Items listed in a dataset:
══════════════════════════════

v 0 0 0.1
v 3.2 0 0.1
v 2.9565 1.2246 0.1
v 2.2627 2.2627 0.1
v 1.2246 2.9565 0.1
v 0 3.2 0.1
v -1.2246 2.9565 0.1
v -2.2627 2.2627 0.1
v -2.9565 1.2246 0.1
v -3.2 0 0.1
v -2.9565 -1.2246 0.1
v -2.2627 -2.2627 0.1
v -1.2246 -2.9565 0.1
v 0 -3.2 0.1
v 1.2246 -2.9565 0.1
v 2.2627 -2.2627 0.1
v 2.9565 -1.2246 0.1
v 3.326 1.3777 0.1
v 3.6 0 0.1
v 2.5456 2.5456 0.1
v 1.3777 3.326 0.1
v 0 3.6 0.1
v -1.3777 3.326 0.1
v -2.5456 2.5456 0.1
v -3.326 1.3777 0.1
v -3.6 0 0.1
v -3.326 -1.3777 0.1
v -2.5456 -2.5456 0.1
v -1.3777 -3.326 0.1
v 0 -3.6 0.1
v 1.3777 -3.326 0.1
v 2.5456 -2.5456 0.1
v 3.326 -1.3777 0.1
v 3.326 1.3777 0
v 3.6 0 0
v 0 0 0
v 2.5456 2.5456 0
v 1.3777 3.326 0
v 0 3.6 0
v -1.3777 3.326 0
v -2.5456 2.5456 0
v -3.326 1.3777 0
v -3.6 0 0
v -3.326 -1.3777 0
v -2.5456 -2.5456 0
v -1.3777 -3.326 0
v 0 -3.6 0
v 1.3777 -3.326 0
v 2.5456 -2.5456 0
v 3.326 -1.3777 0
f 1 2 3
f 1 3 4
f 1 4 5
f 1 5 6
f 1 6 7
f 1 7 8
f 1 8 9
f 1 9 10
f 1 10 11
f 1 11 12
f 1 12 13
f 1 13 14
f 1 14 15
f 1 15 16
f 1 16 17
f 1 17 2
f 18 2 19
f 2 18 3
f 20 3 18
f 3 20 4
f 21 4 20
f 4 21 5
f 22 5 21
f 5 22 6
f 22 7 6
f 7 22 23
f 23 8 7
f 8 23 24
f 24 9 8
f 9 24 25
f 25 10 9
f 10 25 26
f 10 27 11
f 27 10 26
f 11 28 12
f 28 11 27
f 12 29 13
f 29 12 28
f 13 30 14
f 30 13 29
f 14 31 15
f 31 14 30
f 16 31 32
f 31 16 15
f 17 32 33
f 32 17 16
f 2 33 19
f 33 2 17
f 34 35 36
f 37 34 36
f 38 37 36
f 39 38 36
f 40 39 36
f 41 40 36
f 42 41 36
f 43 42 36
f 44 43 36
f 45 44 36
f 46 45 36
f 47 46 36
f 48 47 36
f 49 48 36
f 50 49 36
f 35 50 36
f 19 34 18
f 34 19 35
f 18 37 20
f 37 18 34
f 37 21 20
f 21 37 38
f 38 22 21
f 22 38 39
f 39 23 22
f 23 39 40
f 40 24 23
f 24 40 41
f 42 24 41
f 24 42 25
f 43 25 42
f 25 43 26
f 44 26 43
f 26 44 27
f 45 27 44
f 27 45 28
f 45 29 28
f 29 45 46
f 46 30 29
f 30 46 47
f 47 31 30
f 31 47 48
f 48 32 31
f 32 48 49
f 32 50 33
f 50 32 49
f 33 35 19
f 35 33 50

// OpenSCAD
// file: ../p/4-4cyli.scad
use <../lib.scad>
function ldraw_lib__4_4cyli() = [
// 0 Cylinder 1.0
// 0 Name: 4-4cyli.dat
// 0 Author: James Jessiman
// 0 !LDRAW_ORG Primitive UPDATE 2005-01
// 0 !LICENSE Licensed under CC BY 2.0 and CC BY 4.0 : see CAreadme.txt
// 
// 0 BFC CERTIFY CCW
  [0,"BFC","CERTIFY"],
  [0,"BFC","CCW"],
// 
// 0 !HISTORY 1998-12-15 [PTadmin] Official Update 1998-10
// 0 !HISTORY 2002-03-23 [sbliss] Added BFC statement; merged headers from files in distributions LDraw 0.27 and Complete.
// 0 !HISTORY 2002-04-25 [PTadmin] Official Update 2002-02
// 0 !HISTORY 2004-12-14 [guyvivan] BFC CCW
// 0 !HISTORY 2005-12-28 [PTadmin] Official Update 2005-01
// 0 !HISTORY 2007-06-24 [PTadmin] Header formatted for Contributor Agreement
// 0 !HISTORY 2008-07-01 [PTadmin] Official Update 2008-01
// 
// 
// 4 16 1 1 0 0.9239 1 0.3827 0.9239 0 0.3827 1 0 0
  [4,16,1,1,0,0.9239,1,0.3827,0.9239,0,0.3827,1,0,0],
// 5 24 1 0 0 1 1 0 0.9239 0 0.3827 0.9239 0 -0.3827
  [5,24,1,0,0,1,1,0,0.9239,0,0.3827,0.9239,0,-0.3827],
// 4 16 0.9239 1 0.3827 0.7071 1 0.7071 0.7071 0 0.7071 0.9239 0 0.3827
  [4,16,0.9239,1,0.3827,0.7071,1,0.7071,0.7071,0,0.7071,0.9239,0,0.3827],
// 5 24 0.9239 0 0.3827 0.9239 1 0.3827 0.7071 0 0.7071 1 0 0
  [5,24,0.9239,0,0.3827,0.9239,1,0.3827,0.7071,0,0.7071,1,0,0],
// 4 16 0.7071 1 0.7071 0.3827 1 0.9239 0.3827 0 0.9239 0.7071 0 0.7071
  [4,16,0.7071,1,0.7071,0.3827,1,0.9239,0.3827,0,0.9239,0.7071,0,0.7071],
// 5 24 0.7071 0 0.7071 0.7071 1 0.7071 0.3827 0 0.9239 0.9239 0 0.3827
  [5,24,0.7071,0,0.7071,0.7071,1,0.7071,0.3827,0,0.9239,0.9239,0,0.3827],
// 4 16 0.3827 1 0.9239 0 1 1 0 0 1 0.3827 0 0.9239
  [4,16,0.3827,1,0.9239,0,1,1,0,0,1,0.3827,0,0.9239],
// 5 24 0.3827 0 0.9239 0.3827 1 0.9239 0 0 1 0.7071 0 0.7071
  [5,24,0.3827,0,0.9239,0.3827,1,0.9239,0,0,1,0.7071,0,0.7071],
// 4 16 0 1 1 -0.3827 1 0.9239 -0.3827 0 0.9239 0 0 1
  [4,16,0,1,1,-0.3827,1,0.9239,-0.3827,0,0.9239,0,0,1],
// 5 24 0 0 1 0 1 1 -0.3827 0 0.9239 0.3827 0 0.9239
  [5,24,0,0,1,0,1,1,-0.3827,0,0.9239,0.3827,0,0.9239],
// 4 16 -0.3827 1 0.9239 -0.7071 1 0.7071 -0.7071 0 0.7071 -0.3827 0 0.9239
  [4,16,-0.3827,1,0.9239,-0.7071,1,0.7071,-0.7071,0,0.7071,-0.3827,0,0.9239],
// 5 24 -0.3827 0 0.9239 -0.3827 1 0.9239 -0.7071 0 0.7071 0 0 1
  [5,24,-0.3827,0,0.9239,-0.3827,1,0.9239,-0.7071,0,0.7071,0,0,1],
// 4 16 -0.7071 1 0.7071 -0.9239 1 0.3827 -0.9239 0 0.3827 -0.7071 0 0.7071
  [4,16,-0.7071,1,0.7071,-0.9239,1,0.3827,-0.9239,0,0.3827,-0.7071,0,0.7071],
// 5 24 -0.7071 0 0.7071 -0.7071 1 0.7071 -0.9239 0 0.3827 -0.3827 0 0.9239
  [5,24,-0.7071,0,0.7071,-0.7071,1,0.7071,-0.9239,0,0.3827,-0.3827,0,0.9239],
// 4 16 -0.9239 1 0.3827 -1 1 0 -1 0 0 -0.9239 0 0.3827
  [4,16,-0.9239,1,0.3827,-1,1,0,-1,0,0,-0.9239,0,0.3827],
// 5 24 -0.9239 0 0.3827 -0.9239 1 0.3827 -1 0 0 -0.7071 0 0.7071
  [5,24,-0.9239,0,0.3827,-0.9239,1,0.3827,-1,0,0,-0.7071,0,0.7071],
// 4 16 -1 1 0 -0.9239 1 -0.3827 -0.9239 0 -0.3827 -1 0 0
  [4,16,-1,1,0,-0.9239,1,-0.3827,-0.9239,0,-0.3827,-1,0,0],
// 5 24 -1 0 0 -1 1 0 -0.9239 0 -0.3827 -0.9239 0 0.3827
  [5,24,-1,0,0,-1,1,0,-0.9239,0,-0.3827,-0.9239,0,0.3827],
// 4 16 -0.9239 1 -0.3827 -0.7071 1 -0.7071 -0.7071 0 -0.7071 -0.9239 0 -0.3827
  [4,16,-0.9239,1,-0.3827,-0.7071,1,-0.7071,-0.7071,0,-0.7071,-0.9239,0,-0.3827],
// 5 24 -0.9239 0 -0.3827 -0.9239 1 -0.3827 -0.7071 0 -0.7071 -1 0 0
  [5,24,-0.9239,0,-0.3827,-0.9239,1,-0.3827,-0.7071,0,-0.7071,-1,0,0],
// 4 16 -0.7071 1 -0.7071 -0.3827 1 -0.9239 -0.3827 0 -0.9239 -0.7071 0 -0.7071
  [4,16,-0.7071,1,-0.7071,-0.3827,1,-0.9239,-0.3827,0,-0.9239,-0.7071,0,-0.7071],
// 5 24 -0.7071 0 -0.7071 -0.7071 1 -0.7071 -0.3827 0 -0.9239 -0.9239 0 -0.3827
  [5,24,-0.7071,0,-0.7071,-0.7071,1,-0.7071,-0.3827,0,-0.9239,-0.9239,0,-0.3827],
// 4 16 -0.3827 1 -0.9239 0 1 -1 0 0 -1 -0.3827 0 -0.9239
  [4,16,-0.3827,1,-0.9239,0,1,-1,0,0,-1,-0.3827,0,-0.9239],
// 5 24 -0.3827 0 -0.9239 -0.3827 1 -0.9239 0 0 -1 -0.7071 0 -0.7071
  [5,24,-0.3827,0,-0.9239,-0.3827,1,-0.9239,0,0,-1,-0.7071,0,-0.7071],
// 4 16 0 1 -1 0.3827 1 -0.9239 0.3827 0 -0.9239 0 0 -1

══════════════════════════════

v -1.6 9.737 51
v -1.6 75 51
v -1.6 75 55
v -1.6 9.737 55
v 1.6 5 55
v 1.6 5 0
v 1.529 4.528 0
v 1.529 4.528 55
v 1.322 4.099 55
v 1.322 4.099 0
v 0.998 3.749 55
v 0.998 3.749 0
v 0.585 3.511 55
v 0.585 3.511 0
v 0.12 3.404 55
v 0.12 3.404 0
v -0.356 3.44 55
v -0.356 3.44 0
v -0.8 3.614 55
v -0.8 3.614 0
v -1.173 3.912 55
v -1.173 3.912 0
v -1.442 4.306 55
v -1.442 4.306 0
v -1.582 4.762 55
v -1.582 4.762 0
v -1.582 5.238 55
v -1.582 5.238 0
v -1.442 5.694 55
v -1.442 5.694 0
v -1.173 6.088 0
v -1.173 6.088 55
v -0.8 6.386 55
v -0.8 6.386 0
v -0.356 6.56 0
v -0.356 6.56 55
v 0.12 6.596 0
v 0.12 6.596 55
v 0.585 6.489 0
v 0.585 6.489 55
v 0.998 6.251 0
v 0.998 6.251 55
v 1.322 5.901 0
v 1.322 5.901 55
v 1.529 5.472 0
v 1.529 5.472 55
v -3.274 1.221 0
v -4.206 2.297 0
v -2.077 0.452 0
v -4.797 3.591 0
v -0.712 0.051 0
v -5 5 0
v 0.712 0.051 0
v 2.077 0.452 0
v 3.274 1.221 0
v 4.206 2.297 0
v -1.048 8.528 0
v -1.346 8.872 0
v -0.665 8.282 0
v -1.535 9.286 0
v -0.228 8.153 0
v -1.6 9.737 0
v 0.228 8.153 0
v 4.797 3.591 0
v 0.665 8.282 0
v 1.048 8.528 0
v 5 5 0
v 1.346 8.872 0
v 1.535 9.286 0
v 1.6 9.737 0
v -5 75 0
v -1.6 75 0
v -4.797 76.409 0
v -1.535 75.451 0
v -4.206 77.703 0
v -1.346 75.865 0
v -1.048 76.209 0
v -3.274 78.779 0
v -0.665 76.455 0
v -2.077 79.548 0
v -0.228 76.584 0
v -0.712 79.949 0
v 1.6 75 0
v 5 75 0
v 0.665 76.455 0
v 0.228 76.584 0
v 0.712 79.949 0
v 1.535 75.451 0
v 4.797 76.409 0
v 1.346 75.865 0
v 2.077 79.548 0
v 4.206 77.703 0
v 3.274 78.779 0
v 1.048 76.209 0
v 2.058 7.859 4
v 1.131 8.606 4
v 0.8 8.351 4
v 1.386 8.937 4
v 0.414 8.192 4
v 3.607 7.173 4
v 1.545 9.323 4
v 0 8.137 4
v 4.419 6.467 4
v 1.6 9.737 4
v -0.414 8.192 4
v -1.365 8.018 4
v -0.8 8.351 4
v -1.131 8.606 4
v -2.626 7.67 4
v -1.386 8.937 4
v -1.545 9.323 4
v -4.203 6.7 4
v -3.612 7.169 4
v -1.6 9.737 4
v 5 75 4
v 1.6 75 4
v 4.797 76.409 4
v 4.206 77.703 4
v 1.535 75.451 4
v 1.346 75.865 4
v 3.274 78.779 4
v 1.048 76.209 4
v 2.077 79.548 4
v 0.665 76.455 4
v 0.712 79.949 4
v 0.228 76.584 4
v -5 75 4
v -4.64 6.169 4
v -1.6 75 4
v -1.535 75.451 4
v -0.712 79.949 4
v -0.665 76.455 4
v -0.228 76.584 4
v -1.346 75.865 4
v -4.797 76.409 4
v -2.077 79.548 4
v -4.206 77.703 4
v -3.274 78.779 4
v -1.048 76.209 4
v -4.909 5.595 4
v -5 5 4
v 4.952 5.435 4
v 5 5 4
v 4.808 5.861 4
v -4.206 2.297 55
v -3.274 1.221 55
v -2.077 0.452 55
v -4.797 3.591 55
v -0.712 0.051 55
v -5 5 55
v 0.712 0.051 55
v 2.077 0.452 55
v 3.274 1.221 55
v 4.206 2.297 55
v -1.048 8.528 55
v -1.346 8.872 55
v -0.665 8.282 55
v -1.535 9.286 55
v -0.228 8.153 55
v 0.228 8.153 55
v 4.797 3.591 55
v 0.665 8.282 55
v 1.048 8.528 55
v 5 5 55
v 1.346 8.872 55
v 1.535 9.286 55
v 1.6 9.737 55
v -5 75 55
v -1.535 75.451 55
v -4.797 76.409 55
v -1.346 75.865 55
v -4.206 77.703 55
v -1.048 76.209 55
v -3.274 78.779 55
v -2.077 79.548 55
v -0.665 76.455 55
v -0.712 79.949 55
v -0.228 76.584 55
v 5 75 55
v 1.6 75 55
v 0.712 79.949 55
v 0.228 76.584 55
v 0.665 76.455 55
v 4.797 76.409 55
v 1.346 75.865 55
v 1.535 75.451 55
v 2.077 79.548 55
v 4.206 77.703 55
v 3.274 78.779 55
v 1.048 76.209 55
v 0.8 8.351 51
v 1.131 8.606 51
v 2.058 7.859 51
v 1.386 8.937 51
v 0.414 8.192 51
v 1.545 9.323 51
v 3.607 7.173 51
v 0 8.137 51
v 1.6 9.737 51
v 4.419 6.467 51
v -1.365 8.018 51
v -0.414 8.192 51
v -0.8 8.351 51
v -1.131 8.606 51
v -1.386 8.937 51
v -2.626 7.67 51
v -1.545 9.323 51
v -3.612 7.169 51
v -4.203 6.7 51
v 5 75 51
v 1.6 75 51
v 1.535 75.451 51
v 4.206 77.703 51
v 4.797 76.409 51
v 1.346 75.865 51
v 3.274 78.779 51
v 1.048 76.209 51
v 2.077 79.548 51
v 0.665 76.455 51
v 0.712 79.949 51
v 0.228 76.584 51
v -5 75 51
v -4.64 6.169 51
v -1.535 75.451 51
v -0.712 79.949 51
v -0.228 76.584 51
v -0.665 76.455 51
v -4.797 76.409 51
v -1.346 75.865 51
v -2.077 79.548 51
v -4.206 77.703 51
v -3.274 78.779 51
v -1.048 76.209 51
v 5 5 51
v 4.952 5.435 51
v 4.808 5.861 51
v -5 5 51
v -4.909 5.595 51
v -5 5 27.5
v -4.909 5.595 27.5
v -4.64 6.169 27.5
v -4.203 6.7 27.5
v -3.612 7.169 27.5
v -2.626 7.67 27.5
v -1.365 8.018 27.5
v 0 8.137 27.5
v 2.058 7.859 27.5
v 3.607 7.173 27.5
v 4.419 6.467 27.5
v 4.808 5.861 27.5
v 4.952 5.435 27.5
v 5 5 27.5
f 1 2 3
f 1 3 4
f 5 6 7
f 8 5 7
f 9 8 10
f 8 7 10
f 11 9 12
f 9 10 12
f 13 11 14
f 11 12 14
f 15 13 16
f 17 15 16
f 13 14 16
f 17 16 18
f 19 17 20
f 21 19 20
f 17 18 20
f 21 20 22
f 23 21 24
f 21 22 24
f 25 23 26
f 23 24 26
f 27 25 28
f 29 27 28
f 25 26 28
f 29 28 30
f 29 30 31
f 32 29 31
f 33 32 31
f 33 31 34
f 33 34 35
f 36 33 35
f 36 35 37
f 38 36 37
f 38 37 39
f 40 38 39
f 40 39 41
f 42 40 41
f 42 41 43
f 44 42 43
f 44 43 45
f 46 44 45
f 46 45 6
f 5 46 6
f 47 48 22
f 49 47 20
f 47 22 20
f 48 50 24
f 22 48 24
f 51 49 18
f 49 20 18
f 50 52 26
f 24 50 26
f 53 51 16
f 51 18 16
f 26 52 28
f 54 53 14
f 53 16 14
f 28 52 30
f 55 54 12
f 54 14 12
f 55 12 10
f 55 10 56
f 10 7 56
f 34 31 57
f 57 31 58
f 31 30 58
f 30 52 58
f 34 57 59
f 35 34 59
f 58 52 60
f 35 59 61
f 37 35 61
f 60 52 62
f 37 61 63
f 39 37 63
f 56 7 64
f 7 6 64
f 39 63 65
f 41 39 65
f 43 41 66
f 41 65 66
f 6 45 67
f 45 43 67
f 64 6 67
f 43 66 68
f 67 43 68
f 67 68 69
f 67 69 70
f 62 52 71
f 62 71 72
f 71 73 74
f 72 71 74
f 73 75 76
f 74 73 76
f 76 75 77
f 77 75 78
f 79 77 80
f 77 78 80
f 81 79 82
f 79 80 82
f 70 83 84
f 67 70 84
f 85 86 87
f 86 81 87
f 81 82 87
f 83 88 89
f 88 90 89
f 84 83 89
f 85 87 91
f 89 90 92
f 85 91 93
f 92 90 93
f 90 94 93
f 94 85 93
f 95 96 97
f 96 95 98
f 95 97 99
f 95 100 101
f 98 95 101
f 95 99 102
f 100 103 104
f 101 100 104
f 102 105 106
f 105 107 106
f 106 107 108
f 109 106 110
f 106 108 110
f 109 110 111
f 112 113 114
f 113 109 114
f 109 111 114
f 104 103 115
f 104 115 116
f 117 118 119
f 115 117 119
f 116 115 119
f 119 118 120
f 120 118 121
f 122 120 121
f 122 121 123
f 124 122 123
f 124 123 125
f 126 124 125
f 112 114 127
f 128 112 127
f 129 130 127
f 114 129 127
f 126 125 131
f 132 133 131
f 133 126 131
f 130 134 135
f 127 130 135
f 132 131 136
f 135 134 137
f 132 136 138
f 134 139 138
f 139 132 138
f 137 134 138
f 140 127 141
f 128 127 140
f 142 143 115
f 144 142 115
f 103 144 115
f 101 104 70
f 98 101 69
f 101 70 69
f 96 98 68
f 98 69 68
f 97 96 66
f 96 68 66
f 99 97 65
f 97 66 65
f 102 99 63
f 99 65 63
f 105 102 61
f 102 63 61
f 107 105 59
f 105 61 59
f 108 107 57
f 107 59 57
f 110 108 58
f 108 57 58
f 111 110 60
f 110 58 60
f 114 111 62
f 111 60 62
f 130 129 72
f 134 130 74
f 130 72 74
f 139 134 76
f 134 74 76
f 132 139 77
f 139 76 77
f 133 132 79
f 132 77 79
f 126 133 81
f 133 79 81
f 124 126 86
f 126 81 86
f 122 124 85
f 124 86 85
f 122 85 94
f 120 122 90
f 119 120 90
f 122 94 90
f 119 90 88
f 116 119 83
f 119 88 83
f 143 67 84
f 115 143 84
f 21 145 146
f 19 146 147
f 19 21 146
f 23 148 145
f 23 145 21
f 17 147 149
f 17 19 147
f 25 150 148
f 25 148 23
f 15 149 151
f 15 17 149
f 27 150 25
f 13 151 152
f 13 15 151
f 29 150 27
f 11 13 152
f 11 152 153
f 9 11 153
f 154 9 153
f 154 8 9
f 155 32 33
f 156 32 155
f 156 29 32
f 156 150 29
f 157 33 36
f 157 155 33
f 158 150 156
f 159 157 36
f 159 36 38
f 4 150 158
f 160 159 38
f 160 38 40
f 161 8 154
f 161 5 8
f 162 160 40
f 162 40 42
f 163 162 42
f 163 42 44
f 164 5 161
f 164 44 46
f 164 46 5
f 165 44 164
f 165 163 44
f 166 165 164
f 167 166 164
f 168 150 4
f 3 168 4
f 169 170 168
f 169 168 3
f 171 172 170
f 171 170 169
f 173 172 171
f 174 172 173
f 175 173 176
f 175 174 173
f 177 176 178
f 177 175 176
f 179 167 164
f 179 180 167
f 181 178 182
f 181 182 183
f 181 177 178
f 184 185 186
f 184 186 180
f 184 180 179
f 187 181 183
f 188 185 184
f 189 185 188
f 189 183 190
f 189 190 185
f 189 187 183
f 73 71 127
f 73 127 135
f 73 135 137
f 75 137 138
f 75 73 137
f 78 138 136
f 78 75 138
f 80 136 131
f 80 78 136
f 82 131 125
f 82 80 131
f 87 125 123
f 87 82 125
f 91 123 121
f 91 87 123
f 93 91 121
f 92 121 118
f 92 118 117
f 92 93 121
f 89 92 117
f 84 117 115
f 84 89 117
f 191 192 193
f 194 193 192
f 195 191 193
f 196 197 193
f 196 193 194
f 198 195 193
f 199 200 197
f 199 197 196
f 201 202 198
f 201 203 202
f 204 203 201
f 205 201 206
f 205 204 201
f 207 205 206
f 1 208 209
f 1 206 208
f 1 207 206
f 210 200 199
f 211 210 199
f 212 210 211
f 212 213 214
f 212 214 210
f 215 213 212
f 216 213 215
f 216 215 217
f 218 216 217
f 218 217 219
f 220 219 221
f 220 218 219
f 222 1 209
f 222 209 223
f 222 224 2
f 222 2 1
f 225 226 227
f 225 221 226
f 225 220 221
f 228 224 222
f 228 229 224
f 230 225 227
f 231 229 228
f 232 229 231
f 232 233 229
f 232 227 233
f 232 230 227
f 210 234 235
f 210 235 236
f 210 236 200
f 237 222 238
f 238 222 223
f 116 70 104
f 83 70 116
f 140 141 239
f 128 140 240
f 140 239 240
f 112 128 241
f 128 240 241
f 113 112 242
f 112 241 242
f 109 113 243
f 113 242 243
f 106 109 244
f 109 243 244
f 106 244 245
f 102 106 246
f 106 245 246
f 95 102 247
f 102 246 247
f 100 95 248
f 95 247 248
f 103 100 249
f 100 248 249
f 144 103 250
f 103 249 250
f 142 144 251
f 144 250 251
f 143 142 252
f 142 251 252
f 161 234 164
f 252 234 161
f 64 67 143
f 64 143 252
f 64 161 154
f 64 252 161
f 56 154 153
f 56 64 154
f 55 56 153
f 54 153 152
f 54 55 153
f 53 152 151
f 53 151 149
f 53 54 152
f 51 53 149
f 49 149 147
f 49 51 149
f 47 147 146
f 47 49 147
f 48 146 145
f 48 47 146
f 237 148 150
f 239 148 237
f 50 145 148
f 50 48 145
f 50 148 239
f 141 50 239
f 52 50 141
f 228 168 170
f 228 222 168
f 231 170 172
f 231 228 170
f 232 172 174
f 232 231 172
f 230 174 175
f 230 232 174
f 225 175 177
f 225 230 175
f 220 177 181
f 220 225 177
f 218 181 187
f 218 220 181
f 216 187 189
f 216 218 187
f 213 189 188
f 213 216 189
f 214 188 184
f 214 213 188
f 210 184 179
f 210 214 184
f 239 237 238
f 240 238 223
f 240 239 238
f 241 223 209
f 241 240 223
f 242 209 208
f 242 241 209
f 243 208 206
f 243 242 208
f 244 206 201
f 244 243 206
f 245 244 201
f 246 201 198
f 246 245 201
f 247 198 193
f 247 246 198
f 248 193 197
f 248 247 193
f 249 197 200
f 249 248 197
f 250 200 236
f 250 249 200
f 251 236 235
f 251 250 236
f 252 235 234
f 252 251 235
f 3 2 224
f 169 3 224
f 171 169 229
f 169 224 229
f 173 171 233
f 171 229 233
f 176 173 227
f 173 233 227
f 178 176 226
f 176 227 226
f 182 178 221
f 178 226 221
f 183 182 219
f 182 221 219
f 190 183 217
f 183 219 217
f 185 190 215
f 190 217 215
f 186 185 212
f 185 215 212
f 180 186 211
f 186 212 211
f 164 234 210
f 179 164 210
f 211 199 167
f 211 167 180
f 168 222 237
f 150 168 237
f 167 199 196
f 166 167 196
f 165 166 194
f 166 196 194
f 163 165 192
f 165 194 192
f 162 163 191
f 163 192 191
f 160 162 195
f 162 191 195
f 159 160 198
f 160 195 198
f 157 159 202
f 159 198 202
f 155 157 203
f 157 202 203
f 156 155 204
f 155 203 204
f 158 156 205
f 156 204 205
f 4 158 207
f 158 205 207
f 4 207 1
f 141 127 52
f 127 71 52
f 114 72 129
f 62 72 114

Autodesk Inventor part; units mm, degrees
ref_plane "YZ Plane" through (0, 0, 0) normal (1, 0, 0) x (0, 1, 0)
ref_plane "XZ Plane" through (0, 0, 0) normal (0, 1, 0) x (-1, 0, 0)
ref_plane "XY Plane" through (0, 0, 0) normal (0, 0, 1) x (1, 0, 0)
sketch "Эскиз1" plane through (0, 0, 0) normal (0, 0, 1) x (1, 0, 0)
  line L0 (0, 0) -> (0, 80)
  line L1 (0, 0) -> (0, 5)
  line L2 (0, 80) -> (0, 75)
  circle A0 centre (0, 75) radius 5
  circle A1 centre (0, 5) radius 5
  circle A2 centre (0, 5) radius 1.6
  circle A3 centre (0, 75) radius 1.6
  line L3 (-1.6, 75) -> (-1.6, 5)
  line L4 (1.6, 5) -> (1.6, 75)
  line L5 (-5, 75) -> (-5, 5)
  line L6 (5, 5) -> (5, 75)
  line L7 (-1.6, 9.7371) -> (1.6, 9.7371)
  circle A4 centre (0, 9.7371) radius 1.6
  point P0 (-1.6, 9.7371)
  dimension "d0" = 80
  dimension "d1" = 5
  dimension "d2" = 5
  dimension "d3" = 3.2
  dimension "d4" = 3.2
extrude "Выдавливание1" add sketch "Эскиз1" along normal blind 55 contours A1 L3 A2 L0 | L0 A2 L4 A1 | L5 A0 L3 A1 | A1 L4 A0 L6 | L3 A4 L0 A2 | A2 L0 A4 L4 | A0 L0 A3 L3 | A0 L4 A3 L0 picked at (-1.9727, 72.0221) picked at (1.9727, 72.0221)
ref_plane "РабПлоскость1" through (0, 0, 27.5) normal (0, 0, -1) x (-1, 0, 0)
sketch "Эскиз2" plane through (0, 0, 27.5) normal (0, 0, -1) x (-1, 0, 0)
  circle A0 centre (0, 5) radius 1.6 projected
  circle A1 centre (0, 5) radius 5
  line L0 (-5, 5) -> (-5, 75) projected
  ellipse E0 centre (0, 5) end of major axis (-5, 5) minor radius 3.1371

══════════════════════════════

Work to complete: Print exactly the lines above from the one with "f 216 215 217" to the one with "f 237 222 238", including both.

Completed exercise:
f 216 215 217
f 218 216 217
f 218 217 219
f 220 219 221
f 220 218 219
f 222 1 209
f 222 209 223
f 222 224 2
f 222 2 1
f 225 226 227
f 225 221 226
f 225 220 221
f 228 224 222
f 228 229 224
f 230 225 227
f 231 229 228
f 232 229 231
f 232 233 229
f 232 227 233
f 232 230 227
f 210 234 235
f 210 235 236
f 210 236 200
f 237 222 238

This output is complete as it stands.